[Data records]
┄┄┄┄┄┄┄┄┄┄┄┄┄┄┄┄┄┄┄┄

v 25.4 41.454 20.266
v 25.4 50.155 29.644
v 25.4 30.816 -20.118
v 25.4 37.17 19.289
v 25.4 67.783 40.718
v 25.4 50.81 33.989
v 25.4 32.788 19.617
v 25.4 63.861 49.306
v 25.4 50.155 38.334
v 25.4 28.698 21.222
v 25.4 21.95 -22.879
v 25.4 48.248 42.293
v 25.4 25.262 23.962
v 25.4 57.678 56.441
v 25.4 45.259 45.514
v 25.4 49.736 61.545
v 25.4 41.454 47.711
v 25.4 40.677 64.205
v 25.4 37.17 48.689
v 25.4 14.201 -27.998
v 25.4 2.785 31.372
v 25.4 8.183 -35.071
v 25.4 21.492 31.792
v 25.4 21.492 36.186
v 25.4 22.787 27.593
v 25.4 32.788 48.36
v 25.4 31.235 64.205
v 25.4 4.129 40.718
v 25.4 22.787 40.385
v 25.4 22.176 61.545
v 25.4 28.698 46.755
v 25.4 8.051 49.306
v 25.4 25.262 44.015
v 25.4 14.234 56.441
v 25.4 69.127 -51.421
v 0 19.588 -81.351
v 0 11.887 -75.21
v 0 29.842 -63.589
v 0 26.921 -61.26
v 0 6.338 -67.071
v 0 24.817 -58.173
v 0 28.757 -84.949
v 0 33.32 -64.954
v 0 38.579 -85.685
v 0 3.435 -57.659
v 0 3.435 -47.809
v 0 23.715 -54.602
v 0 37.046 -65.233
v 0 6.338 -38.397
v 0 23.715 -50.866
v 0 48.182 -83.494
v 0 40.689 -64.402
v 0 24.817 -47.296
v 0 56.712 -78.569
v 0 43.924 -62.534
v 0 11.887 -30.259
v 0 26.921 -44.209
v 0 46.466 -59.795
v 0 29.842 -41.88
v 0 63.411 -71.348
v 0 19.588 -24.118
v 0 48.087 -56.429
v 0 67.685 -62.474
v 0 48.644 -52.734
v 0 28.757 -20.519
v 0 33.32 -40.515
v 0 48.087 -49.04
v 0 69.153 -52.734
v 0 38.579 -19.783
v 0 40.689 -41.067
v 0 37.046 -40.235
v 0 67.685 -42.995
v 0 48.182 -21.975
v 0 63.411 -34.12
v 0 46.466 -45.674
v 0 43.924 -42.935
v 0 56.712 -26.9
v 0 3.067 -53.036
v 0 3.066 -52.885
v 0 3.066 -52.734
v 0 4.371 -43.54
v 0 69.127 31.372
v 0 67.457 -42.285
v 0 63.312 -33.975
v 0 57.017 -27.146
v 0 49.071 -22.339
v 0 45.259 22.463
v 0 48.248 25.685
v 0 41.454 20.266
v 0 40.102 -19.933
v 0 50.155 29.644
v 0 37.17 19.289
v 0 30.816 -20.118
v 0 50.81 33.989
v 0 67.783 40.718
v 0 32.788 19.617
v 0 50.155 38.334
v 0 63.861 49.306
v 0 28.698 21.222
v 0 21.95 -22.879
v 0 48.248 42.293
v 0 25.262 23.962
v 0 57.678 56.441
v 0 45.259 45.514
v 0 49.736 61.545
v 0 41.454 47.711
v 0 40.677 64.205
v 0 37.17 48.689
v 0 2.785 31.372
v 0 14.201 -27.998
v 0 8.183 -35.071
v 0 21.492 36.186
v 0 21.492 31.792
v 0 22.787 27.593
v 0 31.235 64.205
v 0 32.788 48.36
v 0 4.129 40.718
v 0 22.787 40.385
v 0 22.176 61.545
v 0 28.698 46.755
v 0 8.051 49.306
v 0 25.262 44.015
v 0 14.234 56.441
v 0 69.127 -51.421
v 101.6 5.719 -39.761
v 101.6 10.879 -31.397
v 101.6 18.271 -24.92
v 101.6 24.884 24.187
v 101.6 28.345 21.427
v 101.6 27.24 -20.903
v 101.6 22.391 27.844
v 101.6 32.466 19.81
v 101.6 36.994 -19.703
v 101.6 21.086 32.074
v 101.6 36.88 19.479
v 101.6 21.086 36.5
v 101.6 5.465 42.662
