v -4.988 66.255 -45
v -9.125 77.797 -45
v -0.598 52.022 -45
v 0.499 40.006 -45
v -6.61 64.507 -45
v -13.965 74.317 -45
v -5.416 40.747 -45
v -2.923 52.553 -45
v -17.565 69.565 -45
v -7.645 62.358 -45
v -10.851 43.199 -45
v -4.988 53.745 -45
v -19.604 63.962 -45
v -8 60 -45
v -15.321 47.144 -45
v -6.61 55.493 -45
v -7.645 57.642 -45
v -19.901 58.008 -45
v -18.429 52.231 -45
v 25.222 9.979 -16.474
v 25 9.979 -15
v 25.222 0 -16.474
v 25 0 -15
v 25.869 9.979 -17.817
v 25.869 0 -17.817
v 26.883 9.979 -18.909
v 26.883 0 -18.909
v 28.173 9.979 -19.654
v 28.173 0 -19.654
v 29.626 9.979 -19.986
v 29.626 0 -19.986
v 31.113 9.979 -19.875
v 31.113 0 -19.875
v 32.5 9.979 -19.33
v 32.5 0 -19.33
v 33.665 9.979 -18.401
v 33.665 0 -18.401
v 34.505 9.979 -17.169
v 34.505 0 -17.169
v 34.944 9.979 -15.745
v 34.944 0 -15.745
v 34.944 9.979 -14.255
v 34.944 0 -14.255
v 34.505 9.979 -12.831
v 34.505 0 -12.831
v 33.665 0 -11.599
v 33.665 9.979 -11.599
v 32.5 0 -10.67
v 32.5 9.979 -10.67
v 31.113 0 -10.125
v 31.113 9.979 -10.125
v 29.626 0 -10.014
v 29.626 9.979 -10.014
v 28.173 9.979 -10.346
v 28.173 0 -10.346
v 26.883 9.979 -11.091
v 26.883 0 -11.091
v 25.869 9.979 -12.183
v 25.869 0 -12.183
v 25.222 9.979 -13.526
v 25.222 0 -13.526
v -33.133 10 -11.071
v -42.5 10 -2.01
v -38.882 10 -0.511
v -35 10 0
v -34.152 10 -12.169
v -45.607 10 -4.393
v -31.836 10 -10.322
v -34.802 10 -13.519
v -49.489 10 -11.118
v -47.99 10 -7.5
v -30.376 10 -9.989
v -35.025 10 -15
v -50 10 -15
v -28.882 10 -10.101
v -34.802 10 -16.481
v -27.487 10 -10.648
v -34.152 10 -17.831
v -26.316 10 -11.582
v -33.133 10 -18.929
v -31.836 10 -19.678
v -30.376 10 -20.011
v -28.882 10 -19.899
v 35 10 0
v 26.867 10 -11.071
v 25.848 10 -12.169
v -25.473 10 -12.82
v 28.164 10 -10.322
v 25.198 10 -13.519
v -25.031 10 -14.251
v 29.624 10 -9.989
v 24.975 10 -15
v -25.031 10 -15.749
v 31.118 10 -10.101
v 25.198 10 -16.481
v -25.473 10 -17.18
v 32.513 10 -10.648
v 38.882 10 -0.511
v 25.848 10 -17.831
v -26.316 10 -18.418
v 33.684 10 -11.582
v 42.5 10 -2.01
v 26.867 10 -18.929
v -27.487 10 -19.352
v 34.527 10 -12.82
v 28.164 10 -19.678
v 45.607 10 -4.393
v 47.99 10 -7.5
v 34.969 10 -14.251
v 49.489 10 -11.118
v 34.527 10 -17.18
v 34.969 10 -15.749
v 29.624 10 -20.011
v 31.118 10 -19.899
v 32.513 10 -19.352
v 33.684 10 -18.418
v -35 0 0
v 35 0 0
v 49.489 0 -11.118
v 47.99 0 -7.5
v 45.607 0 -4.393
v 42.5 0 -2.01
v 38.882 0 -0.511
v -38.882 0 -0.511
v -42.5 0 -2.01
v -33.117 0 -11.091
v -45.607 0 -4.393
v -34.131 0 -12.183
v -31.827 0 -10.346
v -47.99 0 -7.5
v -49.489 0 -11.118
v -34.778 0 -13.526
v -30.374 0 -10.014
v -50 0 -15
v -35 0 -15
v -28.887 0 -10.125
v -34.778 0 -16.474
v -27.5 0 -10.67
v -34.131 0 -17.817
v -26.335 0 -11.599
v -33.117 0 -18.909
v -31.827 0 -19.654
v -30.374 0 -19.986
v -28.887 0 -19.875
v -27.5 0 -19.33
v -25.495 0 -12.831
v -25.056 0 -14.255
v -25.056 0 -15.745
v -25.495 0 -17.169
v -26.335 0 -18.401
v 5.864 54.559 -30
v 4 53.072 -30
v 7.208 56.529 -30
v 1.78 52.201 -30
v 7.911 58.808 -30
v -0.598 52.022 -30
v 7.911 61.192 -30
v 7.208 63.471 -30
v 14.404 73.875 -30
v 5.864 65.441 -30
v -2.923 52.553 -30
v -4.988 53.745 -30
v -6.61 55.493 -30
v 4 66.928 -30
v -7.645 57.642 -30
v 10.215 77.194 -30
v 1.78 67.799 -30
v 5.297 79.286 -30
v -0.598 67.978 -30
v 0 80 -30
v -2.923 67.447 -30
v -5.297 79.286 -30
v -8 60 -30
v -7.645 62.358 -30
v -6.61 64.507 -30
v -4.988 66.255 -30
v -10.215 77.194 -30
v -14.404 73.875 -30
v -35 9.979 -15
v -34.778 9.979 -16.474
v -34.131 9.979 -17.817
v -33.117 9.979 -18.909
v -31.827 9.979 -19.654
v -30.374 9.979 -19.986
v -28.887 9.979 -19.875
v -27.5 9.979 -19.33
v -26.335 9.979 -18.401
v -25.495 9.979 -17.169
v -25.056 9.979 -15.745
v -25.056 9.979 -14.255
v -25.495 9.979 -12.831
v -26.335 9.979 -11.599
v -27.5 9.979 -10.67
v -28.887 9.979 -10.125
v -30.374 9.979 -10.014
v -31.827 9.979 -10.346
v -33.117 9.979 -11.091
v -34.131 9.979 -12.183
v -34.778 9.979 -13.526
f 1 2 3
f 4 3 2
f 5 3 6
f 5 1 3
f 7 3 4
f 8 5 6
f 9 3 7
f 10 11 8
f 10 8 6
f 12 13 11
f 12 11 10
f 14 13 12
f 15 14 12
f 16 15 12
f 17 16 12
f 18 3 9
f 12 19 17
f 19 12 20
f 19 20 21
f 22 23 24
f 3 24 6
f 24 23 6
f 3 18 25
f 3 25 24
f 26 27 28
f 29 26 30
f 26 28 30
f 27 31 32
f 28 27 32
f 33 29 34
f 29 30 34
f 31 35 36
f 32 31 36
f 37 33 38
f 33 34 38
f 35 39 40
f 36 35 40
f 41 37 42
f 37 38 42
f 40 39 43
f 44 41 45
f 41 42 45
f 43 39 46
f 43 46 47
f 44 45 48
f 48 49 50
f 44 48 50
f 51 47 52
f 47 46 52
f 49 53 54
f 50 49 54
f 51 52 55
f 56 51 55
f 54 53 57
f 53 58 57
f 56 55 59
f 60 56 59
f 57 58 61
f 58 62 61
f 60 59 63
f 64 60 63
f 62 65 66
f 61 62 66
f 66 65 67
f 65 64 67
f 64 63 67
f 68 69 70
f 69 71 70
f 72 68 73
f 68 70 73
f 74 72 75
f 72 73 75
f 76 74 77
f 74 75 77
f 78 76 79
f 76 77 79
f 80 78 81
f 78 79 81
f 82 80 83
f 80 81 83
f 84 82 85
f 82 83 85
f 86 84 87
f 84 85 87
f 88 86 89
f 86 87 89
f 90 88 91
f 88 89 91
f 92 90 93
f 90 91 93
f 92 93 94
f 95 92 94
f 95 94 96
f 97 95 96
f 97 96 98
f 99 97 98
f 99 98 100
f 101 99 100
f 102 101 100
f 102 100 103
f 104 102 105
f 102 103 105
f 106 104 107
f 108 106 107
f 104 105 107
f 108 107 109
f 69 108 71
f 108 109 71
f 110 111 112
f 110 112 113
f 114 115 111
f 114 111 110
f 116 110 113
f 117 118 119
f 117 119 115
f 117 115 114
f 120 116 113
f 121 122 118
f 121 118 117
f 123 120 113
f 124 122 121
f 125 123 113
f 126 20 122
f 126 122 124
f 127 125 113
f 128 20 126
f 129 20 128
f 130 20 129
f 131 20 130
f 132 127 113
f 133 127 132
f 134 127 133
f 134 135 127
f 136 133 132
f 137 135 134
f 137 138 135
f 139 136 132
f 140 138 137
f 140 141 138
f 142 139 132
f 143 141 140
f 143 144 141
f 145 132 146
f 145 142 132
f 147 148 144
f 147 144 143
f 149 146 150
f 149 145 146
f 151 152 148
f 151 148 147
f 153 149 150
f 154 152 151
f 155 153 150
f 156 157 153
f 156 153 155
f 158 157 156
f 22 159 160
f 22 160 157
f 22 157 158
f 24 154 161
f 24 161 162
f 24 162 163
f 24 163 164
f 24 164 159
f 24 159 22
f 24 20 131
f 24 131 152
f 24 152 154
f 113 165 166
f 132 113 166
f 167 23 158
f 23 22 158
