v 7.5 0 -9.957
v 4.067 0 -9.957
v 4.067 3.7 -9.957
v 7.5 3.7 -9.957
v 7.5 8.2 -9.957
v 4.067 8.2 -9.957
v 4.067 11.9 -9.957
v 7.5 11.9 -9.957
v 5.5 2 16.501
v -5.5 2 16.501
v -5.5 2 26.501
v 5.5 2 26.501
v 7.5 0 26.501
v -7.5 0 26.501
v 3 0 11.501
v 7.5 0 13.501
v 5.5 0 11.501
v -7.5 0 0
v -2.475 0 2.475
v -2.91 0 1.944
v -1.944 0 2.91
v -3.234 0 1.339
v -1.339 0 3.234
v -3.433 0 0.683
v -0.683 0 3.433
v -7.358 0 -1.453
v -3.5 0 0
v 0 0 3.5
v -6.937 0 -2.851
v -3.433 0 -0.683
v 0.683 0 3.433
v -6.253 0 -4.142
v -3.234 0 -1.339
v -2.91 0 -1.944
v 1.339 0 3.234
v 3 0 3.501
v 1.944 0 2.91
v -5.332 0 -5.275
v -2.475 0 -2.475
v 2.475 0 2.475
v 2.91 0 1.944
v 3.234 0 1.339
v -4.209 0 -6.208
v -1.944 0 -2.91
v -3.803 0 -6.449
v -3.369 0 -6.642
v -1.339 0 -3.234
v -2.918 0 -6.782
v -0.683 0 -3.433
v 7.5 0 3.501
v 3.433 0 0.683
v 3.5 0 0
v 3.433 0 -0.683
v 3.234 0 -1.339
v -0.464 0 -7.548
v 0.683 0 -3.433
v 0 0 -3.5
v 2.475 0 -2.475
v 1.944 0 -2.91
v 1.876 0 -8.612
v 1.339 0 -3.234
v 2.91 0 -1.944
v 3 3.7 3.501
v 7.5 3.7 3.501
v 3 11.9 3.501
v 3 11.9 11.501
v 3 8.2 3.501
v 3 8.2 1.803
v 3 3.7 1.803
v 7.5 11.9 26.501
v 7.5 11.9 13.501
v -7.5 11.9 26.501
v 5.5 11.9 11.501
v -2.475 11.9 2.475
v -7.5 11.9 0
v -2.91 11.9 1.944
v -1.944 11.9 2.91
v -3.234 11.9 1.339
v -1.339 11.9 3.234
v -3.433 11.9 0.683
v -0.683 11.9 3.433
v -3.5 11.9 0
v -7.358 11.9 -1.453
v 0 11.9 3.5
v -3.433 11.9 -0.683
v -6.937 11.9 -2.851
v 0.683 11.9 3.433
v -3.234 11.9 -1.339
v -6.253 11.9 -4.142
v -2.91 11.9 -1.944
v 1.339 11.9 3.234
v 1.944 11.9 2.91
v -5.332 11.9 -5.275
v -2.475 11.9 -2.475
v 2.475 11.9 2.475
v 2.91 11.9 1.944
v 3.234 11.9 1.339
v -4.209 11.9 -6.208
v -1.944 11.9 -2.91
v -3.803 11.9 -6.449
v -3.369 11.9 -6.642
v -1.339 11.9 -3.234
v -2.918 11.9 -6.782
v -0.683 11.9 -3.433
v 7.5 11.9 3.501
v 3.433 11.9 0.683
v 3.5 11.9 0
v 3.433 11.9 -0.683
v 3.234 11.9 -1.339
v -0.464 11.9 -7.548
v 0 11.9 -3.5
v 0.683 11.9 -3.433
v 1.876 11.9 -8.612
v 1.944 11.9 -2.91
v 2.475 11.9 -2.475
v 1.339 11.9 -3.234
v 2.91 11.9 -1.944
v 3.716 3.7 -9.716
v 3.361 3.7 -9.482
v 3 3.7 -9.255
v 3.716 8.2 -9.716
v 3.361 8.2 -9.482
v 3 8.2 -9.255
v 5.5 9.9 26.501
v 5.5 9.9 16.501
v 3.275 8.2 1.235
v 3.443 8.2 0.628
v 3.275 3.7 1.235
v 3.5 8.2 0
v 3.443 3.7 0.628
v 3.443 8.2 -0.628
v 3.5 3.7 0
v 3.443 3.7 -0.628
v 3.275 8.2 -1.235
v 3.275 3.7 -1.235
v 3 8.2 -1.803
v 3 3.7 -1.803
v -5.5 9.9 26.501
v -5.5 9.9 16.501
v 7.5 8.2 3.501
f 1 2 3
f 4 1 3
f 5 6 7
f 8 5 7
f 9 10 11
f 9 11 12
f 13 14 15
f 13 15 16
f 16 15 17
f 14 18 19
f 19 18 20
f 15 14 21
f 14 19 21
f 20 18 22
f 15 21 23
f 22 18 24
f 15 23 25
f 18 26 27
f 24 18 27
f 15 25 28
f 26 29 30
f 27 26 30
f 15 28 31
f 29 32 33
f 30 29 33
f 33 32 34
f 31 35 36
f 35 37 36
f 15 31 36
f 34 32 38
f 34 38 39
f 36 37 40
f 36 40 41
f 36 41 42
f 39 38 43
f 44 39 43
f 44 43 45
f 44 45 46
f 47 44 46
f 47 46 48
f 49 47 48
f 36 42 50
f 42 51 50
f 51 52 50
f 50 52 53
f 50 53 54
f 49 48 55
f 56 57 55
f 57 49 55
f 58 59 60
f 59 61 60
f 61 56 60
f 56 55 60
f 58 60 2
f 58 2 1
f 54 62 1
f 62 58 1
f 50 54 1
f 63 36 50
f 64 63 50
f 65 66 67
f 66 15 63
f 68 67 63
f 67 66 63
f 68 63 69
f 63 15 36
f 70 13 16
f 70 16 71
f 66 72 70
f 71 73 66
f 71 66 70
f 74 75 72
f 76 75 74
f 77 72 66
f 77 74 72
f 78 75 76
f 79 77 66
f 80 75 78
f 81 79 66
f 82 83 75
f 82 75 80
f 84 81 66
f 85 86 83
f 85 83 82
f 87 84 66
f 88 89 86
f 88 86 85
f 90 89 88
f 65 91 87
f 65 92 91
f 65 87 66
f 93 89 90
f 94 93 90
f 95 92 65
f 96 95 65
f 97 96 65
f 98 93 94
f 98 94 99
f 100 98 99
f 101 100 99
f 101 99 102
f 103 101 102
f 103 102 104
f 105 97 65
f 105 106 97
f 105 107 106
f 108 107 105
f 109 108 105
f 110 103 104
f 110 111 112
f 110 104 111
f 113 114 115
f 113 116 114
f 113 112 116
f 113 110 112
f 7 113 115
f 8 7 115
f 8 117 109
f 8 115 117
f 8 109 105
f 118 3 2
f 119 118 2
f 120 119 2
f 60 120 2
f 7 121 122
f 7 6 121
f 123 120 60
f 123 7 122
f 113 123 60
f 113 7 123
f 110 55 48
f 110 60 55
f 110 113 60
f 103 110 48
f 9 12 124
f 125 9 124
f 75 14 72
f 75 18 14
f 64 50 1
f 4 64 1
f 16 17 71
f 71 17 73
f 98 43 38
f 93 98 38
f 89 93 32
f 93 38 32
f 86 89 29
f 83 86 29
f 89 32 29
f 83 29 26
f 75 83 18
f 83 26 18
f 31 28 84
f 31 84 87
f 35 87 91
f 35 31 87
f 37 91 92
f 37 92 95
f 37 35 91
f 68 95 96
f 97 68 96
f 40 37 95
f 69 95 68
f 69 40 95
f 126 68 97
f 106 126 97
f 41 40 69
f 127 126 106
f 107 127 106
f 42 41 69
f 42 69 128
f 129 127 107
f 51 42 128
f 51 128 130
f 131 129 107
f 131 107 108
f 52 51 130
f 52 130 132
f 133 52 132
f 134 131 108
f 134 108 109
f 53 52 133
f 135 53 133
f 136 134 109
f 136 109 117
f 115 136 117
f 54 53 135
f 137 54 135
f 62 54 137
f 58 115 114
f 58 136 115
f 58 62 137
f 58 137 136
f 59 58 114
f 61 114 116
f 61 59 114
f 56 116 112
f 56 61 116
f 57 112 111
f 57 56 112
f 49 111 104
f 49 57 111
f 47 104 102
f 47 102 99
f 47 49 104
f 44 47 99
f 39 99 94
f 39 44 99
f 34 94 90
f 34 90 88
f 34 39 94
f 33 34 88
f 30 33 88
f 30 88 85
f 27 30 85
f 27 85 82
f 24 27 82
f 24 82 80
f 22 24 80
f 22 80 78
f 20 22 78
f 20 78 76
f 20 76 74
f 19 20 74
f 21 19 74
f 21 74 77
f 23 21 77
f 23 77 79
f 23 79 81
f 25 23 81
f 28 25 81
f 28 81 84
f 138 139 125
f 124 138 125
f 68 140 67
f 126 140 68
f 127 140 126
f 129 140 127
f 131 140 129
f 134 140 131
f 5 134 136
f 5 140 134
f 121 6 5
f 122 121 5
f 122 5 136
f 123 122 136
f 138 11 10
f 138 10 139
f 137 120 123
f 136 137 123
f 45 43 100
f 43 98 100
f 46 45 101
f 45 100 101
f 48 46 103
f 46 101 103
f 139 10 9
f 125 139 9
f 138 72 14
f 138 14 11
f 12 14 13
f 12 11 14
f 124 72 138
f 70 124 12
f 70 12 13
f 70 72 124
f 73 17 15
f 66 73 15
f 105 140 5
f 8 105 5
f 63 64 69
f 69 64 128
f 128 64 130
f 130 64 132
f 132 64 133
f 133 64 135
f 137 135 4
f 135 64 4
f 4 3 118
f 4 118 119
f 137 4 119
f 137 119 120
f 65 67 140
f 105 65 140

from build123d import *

# Parameters (mm, degrees)
SKETCH3_R               = 3.5
BOSS_EXTRUDE2_DEPTH     = 11.9
CUT_EXTRUDE1_REACH      = 34.374
SKETCH4_W               = 9
SKETCH4_H               = 4.5
SKETCH5_W               = 15
SKETCH5_H               = 11.9
SKETCH5_W_2             = 11
SKETCH5_H_2             = 7.9
BOSS_EXTRUDE3_DEPTH     = 10
CUT_EXTRUDE2_DEPTH      = 33.694142686
CUT_EXTRUDE2_DEPTH_BACK = 33.694142686
SKETCH6_W               = 2.7
SKETCH6_H               = 11.9
CUT_EXTRUDE3_DEPTH      = 31.002615985
CUT_EXTRUDE3_DEPTH_BACK = 31.002615985
FILLET1_R               = 4
CHAMFER1_SIZE           = 2


with BuildPart() as part:
    # Sketch3 → Boss-Extrude2 (new body)
    with BuildSketch(Plane(origin=(0, 0, 0), x_dir=(1, 0, 0), z_dir=(0, 1, 0))):
        with BuildLine():
            Line((7.5, 0), (7.5, 12.657479881))
            Line((7.5, 12.657479881), (4.816081625, 12.657479881))
            ThreePointArc((4.816081625, 12.657479881), (1.359085459, 11.744283435), (-1.195934532, 9.242959169))
            ThreePointArc((-1.195934532, 9.242959169), (-2.208037755, 7.848359435), (-3.45353313, 6.657560283))
            ThreePointArc((-3.45353313, 6.657560283), (-6.40903653, 3.895414068), (-7.5, 0))
            Line((-7.5, 0), (-7.5, -16.500886135))
            Line((-7.5, -16.500886135), (7.5, -16.500886135))
            Line((7.5, -16.500886135), (7.5, -11.500886135))
            Line((7.5, -11.500886135), (3, -11.500886135))
            Line((3, -11.500886135), (3, -3.500886135))
            Line((3, -3.500886135), (7.5, -3.500886135))
            Line((7.5, -3.500886135), (7.5, 0))
        make_face()
        with Locations(Location((0, 0, 0), (0, 0, 270))):
            Circle(SKETCH3_R, mode=Mode.SUBTRACT)
    extrude(amount=BOSS_EXTRUDE2_DEPTH)

    # Cut-Extrude1: up to this face of the body (flat: up to its plane)
    cut_extrude1_end = Plane(part.part.faces().sort_by_distance((5.25, 5.95, 3.500886135))[0])
    # Sketch4 → Cut-Extrude1 (cut, up to the picked face)
    with BuildSketch(Plane(origin=(0, 0, -12.657479881), x_dir=(-1, 0, 0), z_dir=(0, 0, -1)), mode=Mode.PRIVATE) as cut_extrude1_sk1:
        with Locations((-7.5, 5.95)):
            Rectangle(SKETCH4_W, SKETCH4_H)
    cut_extrude1_tool1 = split(extrude(cut_extrude1_sk1.sketch, amount=-CUT_EXTRUDE1_REACH, mode=Mode.PRIVATE), bisect_by=cut_extrude1_end, keep=Keep.BOTH, mode=Mode.PRIVATE)
    add(cut_extrude1_tool1.solids().sort_by(Axis((7.5, 5.95, -12.65748), (0, 0, 1)))[0], mode=Mode.SUBTRACT)

    # Sketch5 → Boss-Extrude3 (add)
    with BuildSketch(Plane.XY.offset(16.500886135)):
        with Locations((0, 5.95)):
            Rectangle(SKETCH5_W, SKETCH5_H)
        with Locations((0, 5.95)):
            Rectangle(SKETCH5_W_2, SKETCH5_H_2, mode=Mode.SUBTRACT)
    extrude(amount=BOSS_EXTRUDE3_DEPTH)

    # Sketch6 → Cut-Extrude2 (cut, two sides: drawn at the far end of the back side and taken through both)
    with BuildSketch(Plane(origin=(7.5, 0, 0), x_dir=(0, 0, -1), z_dir=(1, 0, 0)).offset(-CUT_EXTRUDE2_DEPTH_BACK)):
        with Locations((11.307479881, 5.95)):
            Rectangle(SKETCH6_W, SKETCH6_H)
    extrude(amount=CUT_EXTRUDE2_DEPTH + CUT_EXTRUDE2_DEPTH_BACK, mode=Mode.SUBTRACT)

    # Sketch7 → Cut-Extrude3 (cut, two sides: drawn at the far end of the back side and taken through both)
    with BuildSketch(Plane.XZ.offset(-CUT_EXTRUDE3_DEPTH_BACK)):
        with BuildLine():
            Line((-3.45353313, -6.657560283), (-1.779949015, -9.678496559))
            Line((-1.779949015, -9.678496559), (0.471666332, -11.274565758))
            Line((0.471666332, -11.274565758), (4.067189111, -10.062167039))
            Line((4.067189111, -10.062167039), (4.067189111, -9.957479881))
            ThreePointArc((4.067189111, -9.957479881), (0.471666332, -7.931843239), (-3.45353313, -6.657560283))
        make_face()
    extrude(amount=CUT_EXTRUDE3_DEPTH + CUT_EXTRUDE3_DEPTH_BACK, mode=Mode.SUBTRACT)

    # Fillet1
    fillet1_edges = [part.edges().sort_by_distance(p)[0] for p in [
        (-3.45353313, 5.95, -6.657560283),
    ]]
    fillet(fillet1_edges, radius=FILLET1_R)

    # Chamfer1
    chamfer1_edges = [part.edges().sort_by_distance(p)[0] for p in [
        (7.5, 5.95, 11.500886135),
    ]]
    chamfer(chamfer1_edges, length=CHAMFER1_SIZE)


solid = part.part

┄┄┄┄┄┄┄┄┄┄┄┄┄┄┄┄┄┄┄┄

From the very first line of the records down to the line with "v 25.4 14.201 -27.998", please write out each line exactly, including both ends and no other lines.

v 25.4 41.454 20.266
v 25.4 50.155 29.644
v 25.4 30.816 -20.118
v 25.4 37.17 19.289
v 25.4 67.783 40.718
v 25.4 50.81 33.989
v 25.4 32.788 19.617
v 25.4 63.861 49.306
v 25.4 50.155 38.334
v 25.4 28.698 21.222
v 25.4 21.95 -22.879
v 25.4 48.248 42.293
v 25.4 25.262 23.962
v 25.4 57.678 56.441
v 25.4 45.259 45.514
v 25.4 49.736 61.545
v 25.4 41.454 47.711
v 25.4 40.677 64.205
v 25.4 37.17 48.689
v 25.4 14.201 -27.998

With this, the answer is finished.